◆ What to do ◆
When the line containing "e20 v6 v15 LINE" is found in the data below, copy it and each line after it through the line containing "# FreeCAD 1.0 macro for this part", exactly and with no others.

☆ ☆ ☆ ☆ ☆ ☆ ☆

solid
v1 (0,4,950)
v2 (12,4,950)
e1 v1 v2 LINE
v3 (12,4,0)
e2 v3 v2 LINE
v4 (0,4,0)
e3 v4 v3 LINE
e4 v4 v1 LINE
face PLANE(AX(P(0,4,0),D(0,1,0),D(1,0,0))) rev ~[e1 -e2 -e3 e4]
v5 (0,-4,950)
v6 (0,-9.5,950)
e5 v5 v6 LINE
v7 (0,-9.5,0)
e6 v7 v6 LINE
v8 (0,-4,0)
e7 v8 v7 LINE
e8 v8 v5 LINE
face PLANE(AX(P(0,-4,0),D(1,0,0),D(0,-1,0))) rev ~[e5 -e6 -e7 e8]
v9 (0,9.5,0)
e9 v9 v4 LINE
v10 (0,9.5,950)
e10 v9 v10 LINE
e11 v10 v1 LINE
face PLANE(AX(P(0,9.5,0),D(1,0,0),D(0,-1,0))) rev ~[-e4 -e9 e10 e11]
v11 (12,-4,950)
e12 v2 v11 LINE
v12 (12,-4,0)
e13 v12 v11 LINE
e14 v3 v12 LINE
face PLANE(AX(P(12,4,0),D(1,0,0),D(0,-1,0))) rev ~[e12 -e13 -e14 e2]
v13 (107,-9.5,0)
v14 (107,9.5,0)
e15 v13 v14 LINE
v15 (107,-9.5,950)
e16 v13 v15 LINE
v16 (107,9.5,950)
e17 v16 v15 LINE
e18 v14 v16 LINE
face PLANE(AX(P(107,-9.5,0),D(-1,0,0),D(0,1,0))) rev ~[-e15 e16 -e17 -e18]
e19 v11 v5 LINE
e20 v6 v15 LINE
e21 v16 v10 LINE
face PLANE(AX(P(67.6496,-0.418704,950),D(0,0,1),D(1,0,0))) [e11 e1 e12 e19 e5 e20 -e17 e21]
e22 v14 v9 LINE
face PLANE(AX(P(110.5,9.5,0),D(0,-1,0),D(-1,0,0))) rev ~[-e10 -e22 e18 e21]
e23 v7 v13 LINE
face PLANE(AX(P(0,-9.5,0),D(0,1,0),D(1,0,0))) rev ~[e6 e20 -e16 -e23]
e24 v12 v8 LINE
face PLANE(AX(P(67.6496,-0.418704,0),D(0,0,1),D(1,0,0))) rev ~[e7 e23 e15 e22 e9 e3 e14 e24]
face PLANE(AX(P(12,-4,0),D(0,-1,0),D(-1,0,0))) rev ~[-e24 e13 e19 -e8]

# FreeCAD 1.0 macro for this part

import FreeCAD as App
import Part
import Sketcher
Q = App.Units.Quantity

doc = App.newDocument("Part")
body = doc.addObject("PartDesign::Body", "Body")

# Sketch on XY plane
sketch1 = body.newObject("Sketcher::SketchObject", "Sketch")
sketch1.AttachmentSupport = (doc.getObject("XY_Plane"), [""])
sketch1.MapMode = "FlatFace"
sketch1.addGeometry([
    Part.LineSegment(App.Vector(0, -4, 0), App.Vector(0, -10, 0)),  # 0
    Part.LineSegment(App.Vector(0, -10, 0), App.Vector(136, -10, 0)),  # 1
    Part.LineSegment(App.Vector(136, -10, 0), App.Vector(136, -4, 0)),  # 2
    Part.LineSegment(App.Vector(136, -4, 0), App.Vector(146, -4, 0)),  # 3
    Part.LineSegment(App.Vector(146, -4, 0), App.Vector(146, 4, 0)),  # 4
    Part.LineSegment(App.Vector(146, 4, 0), App.Vector(116, 4, 0)),  # 5
    Part.LineSegment(App.Vector(116, 4, 0), App.Vector(110, 10, 0)),  # 6
    Part.LineSegment(App.Vector(110, 10, 0), App.Vector(0, 10, 0)),  # 7
    Part.LineSegment(App.Vector(0, 10, 0), App.Vector(0, 4, 0)),  # 8
    Part.LineSegment(App.Vector(0, 4, 0), App.Vector(12, 4, 0)),  # 9
    Part.LineSegment(App.Vector(12, 4, 0), App.Vector(12, -4, 0)),  # 10
    Part.LineSegment(App.Vector(12, -4, 0), App.Vector(0, -4, 0)),  # 11
], False)
sketch1.addConstraint([
    Sketcher.Constraint("Coincident", 0, 2, 1, 1),
    Sketcher.Constraint("Coincident", 1, 2, 2, 1),
    Sketcher.Constraint("Coincident", 2, 2, 3, 1),
    Sketcher.Constraint("Coincident", 3, 2, 4, 1),
    Sketcher.Constraint("Coincident", 4, 2, 5, 1),
    Sketcher.Constraint("Coincident", 5, 2, 6, 1),
    Sketcher.Constraint("Coincident", 6, 2, 7, 1),
    Sketcher.Constraint("Coincident", 7, 2, 8, 1),
    Sketcher.Constraint("Coincident", 8, 2, 9, 1),
    Sketcher.Constraint("Coincident", 9, 2, 10, 1),
    Sketcher.Constraint("Coincident", 10, 2, 11, 1),
    Sketcher.Constraint("Coincident", 11, 2, 0, 1),
    Sketcher.Constraint("Vertical", 0),
    Sketcher.Constraint("Horizontal", 1),
    Sketcher.Constraint("Vertical", 2),
    Sketcher.Constraint("Horizontal", 3),
    Sketcher.Constraint("Vertical", 4),
    Sketcher.Constraint("Horizontal", 5),
    Sketcher.Constraint("Horizontal", 7),
    Sketcher.Constraint("Vertical", 8),
    Sketcher.Constraint("Horizontal", 9),
    Sketcher.Constraint("Vertical", 10),
    Sketcher.Constraint("Horizontal", 11),
    Sketcher.Constraint("Symmetric", 0, 2, 7, 2, -1, 1),
    Sketcher.Constraint("Symmetric", 8, 2, 11, 2, -1),
    Sketcher.Constraint("Horizontal", 5, 2, 8, 2),
    Sketcher.Constraint("Horizontal", 3, 2, 10, 2),
    Sketcher.Constraint("DistanceX", 1, 1, 1, 2, 136.0),
    Sketcher.Constraint("DistanceX", 3, 1, 3, 2, 10.0),
    Sketcher.Constraint("DistanceX", 5, 2, 5, 1, 30.0),
    Sketcher.Constraint("DistanceX", 9, 1, 9, 2, 12.0),
    Sketcher.Constraint("DistanceY", 4, 1, 4, 2, 8.0),
    Sketcher.Constraint("Angle", 6, Q("135 deg")),
    Sketcher.Constraint("DistanceX", 7, 2, 7, 1, 110.5),
])
pad1 = body.newObject("PartDesign::Pad", "Pad")
pad1.Profile = sketch1
pad1.Length = 950

# Sketch on XY plane
sketch2 = body.newObject("Sketcher::SketchObject", "Sketch001")
sketch2.AttachmentSupport = (doc.getObject("XY_Plane"), [""])
sketch2.MapMode = "FlatFace"
sketch2.addGeometry([
    Part.LineSegment(App.Vector(107, -9.5, 0), App.Vector(107, 9.5, 0)),  # 0
    Part.LineSegment(App.Vector(107, 9.5, 0), App.Vector(110.5, 9.5, 0)),  # 1
    Part.LineSegment(App.Vector(110.5, 9.5, 0), App.Vector(116, 4, 0)),  # 2
    Part.LineSegment(App.Vector(116, 4, 0), App.Vector(146, 4, 0)),  # 3
    Part.LineSegment(App.Vector(146, 4, 0), App.Vector(146, -4, 0)),  # 4
    Part.LineSegment(App.Vector(146, -4, 0), App.Vector(136, -4, 0)),  # 5
    Part.LineSegment(App.Vector(136, -4, 0), App.Vector(136, -9.5, 0)),  # 6
    Part.LineSegment(App.Vector(136, -9.5, 0), App.Vector(107, -9.5, 0)),  # 7
], False)
sketch2.addConstraint([
    Sketcher.Constraint("Coincident", 0, 2, 1, 1),
    Sketcher.Constraint("Coincident", 1, 2, 2, 1),
    Sketcher.Constraint("Coincident", 2, 2, 3, 1),
    Sketcher.Constraint("Coincident", 3, 2, 4, 1),
    Sketcher.Constraint("Coincident", 4, 2, 5, 1),
    Sketcher.Constraint("Coincident", 5, 2, 6, 1),
    Sketcher.Constraint("Coincident", 6, 2, 7, 1),
    Sketcher.Constraint("Coincident", 7, 2, 0, 1),
    Sketcher.Constraint("Vertical", 0),
    Sketcher.Constraint("Horizontal", 1),
    Sketcher.Constraint("Horizontal", 3),
    Sketcher.Constraint("Vertical", 4),
    Sketcher.Constraint("Horizontal", 5),
    Sketcher.Constraint("Vertical", 6),
    Sketcher.Constraint("Horizontal", 7),
    Sketcher.Constraint("DistanceX", 3, 1, 3, 2, 30.0),
    Sketcher.Constraint("DistanceX", 5, 2, 5, 1, 10.0),
    Sketcher.Constraint("DistanceX", 7, 2, 7, 1, 29.0),
    Sketcher.Constraint("DistanceY", 0, 1, 0, 2, 19.0),
    Sketcher.Constraint("DistanceY", 4, 2, 4, 1, 8.0),
    Sketcher.Constraint("Angle", 2, Q("-45 deg")),
    Sketcher.Constraint("DistanceX", 1, 1, 1, 2, 3.5),
    Sketcher.Constraint("DistanceX", -1, 1, 0, 2, 107.0),
    Sketcher.Constraint("DistanceY", -1, 1, 2, 2, 4.0),
])
pocket1 = body.newObject("PartDesign::Pocket", "Pocket")
pocket1.Profile = sketch2
pocket1.Type = "ThroughAll"
pocket1.Reversed = True

doc.recompute()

☆ ☆ ☆ ☆ ☆ ☆ ☆

◆ Expected output ◆
e20 v6 v15 LINE
e21 v16 v10 LINE
face PLANE(AX(P(67.6496,-0.418704,950),D(0,0,1),D(1,0,0))) [e11 e1 e12 e19 e5 e20 -e17 e21]
e22 v14 v9 LINE
face PLANE(AX(P(110.5,9.5,0),D(0,-1,0),D(-1,0,0))) rev ~[-e10 -e22 e18 e21]
e23 v7 v13 LINE
face PLANE(AX(P(0,-9.5,0),D(0,1,0),D(1,0,0))) rev ~[e6 e20 -e16 -e23]
e24 v12 v8 LINE
face PLANE(AX(P(67.6496,-0.418704,0),D(0,0,1),D(1,0,0))) rev ~[e7 e23 e15 e22 e9 e3 e14 e24]
face PLANE(AX(P(12,-4,0),D(0,-1,0),D(-1,0,0))) rev ~[-e24 e13 e19 -e8]

# FreeCAD 1.0 macro for this part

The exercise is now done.